Well I'm just back from the Home country.
Dipped again in West Cork English :  Obviously Boreen (Bóithrín) for "small country lane" was heard quite often during my stay.

However one that's puzzling me right now is* rámeis*.  Heard several times in conversation, and spotted once when reading. 


> Níl ann ach raiméis (It’s nothing but nonsense)


Firstly any ideas how to spell it correctly?
Secondly any ideas what it means literally, rather than simply meaning "nonsense"


----------



## Brioche

According to this website http://www.irishdictionary.ie/home

ráiméis = gibberish, drivel, rigmarole


----------



## L'irlandais

Thanks Brioche,
The Oxford Irish dictionary gives :





> ráiméis nf2 ráiméis (chainte)! nonsense!


Which more or less answers my questions on spelling and general meaning of the word.
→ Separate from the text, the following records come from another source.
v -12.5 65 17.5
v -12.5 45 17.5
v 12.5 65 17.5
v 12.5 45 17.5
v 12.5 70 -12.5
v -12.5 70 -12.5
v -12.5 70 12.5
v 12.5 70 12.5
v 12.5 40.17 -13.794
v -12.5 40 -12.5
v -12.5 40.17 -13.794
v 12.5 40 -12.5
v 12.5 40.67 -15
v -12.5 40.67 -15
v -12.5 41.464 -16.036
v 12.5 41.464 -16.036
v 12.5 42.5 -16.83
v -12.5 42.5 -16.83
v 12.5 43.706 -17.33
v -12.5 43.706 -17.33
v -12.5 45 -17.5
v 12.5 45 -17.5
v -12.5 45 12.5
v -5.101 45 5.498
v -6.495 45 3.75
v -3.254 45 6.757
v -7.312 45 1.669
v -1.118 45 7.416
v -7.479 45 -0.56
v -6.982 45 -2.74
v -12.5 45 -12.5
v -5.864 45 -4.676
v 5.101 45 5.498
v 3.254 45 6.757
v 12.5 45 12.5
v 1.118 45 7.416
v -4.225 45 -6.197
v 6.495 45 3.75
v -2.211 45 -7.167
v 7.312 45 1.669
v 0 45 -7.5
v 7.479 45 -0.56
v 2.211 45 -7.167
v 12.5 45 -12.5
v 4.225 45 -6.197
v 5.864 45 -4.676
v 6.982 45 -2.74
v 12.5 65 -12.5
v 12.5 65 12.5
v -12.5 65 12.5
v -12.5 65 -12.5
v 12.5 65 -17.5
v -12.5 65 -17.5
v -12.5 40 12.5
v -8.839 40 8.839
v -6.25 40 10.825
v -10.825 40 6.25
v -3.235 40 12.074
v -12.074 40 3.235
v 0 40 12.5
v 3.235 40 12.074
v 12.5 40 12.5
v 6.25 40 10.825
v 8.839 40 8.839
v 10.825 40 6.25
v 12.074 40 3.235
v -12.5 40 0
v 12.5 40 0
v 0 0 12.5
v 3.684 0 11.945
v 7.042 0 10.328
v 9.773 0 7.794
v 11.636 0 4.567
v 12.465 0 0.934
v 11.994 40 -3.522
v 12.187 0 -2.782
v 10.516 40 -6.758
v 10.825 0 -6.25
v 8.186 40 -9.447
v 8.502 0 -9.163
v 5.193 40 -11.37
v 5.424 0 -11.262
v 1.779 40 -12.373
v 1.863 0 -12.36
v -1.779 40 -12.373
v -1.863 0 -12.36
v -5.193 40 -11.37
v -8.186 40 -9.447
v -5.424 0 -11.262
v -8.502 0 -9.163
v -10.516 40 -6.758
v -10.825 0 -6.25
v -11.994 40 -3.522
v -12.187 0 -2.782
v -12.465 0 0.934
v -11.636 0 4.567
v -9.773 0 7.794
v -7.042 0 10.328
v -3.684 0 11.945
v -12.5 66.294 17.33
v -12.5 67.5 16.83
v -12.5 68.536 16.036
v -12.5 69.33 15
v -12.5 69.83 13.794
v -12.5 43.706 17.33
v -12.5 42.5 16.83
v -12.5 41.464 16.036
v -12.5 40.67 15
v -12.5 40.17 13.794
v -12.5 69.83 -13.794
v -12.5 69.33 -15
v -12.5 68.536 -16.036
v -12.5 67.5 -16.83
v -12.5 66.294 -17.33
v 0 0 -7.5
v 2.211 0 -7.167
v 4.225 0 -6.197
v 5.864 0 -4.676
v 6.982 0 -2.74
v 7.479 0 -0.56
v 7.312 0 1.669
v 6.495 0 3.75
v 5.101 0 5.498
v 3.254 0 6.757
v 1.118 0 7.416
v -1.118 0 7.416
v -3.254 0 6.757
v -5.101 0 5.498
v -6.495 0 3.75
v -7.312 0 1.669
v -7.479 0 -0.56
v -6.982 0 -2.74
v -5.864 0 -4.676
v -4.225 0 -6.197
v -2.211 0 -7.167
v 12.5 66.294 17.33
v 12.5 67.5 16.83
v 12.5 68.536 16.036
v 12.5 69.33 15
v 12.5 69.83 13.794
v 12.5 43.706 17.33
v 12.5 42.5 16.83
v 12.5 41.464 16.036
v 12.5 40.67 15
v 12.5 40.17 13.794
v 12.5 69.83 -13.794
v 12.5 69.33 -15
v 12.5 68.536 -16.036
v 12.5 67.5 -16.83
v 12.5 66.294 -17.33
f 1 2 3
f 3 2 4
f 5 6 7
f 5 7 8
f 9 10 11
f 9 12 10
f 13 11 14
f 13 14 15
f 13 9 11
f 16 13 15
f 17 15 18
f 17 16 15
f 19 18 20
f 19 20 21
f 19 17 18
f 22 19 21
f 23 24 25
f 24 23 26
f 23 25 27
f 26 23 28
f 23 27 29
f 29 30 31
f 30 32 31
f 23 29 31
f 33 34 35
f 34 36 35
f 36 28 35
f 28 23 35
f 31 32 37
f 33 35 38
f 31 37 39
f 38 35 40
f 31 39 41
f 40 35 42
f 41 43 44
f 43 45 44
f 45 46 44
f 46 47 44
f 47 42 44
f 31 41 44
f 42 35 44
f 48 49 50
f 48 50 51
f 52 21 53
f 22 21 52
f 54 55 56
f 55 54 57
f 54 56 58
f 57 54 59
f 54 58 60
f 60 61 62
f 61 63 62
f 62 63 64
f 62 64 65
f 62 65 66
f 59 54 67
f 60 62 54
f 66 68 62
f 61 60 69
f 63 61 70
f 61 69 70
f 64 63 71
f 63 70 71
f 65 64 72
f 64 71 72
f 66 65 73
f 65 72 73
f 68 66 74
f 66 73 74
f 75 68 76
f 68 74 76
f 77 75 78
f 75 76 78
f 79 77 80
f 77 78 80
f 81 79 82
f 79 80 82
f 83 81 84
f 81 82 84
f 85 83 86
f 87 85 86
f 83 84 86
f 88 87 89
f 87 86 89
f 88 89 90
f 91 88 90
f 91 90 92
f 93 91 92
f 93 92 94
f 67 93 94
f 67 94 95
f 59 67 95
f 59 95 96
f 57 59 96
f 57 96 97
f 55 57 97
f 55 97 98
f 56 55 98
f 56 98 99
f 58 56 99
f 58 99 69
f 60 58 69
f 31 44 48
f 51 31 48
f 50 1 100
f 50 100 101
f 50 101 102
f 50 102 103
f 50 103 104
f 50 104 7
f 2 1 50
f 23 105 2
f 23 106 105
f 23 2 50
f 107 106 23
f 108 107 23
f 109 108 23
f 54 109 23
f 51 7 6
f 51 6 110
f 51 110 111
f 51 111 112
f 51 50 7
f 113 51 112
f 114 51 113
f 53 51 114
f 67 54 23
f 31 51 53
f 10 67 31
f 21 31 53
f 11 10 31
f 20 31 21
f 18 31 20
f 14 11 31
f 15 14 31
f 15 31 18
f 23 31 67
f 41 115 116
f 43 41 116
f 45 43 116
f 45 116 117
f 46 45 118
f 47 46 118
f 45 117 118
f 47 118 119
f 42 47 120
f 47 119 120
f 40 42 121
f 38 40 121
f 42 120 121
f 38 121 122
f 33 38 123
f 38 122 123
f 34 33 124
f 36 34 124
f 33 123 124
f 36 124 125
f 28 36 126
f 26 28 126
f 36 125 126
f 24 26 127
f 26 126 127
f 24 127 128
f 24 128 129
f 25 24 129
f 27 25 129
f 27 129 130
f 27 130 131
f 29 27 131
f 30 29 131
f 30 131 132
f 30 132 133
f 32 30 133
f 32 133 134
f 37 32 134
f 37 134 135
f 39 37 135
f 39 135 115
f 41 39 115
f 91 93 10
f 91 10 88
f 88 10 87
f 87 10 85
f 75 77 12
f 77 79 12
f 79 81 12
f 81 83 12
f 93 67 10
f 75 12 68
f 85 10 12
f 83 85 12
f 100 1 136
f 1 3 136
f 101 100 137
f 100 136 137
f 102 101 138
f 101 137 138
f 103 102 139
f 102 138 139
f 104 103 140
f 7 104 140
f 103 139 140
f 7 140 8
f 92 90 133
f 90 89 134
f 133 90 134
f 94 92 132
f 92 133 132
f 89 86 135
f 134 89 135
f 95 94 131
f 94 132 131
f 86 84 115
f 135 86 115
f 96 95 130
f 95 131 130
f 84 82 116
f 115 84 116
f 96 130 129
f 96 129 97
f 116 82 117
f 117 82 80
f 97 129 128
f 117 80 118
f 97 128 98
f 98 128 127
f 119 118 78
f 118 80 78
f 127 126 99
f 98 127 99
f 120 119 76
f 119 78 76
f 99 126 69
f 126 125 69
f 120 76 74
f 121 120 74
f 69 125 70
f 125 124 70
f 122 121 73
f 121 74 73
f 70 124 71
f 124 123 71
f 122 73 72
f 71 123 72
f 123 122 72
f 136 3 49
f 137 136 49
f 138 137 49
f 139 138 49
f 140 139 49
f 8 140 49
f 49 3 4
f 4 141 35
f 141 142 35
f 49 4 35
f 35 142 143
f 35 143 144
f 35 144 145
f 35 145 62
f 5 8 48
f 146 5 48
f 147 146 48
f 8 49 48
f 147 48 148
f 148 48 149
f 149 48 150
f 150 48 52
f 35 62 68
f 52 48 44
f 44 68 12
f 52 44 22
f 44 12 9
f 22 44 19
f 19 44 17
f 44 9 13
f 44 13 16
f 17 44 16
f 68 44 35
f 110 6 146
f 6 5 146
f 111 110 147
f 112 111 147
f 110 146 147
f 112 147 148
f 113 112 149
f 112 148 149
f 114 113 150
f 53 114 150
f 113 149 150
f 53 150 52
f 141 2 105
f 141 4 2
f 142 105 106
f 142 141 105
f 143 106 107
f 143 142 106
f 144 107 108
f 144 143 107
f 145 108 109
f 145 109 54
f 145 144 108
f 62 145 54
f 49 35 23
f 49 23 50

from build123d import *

# Parameters (mm, degrees)
SKETCH1_R           = 12.5
BOSS_EXTRUDE1_DEPTH = 40
SKETCH2_W           = 25
SKETCH2_H           = 35
BOSS_EXTRUDE2_DEPTH = 30
SKETCH3_W           = 25
SKETCH3_H           = 20
CUT_EXTRUDE1_DEPTH  = 77.362621747
FILLET1_R           = 5
SKETCH4_R           = 7.5
CUT_EXTRUDE2_DEPTH  = 65


with BuildPart() as part:
    # Sketch1 → Boss-Extrude1 (new body)
    with BuildSketch(Plane(origin=(0, 0, 0), x_dir=(1, 0, 0), z_dir=(0, 1, 0))):
        with Locations(Location((0, 0, 0), (0, 0, 270))):
            Circle(SKETCH1_R)
    extrude(amount=BOSS_EXTRUDE1_DEPTH)

    # Sketch2 → Boss-Extrude2 (add)
    with BuildSketch(Plane(origin=(0, 40, 0), x_dir=(1, 0, 0), z_dir=(0, 1, 0))):
        Rectangle(SKETCH2_W, SKETCH2_H)
    extrude(amount=BOSS_EXTRUDE2_DEPTH)

    # Sketch3 → Cut-Extrude1 (cut, through all)
    with BuildSketch(Plane(origin=(12.5, 0, 0), x_dir=(0, 0, -1), z_dir=(1, 0, 0))):
        with Locations((0, 55)):
            Rectangle(SKETCH3_W, SKETCH3_H)
    extrude(amount=-CUT_EXTRUDE1_DEPTH, mode=Mode.SUBTRACT)

    # Fillet1
    fillet1_edges = [part.edges().sort_by_distance(p)[0] for p in [
        (0, 40, 17.5),
        (0, 40, -17.5),
        (0, 70, 17.5),
        (0, 70, -17.5),
    ]]
    fillet(fillet1_edges, radius=FILLET1_R - 0.0001)  # a hair under: the kernel refuses the full size

    # Sketch4 → Cut-Extrude2 (cut)
    with BuildSketch(Plane.XZ):
        with Locations(Location((0, 0, 0), (0, 0, 270))):
            Circle(SKETCH4_R)
    extrude(amount=-CUT_EXTRUDE2_DEPTH, mode=Mode.SUBTRACT)


solid = part.part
> rá = saying (from the verb abair)


So it looks like "rá" plus some other word in Irish.  
Since it's about speech ; any of the synonyms you suggest work quite well in this context.  It shares the prefix with rámhaille (delirium, raving, delusion) for example.  (Though I haven't heard yet this second term used as a loan-word in West Cork English.)


----------



## elirlandes

"ráiméis" is a loan word used in English fairly regularly. "Nonsense" would be the most direct translation I would use.


----------



## L'irlandais

elirlandes said:


> "... "Nonsense" would be the most direct translation I would use.


Hi el Irlandes,
Thanks for the reply, I agree the direct translation is clear.  I was just wondering (out loud) if a parallel could be drawn between
"rá" + "*m*h*aille*" and "rá" + "i *méis*".  If so what were the meaning of the "_add-on_" words might be, in each case.

(It's a fright my Irish is still so poor, given that I now speak fluent French and a fair old smattering of German.)


----------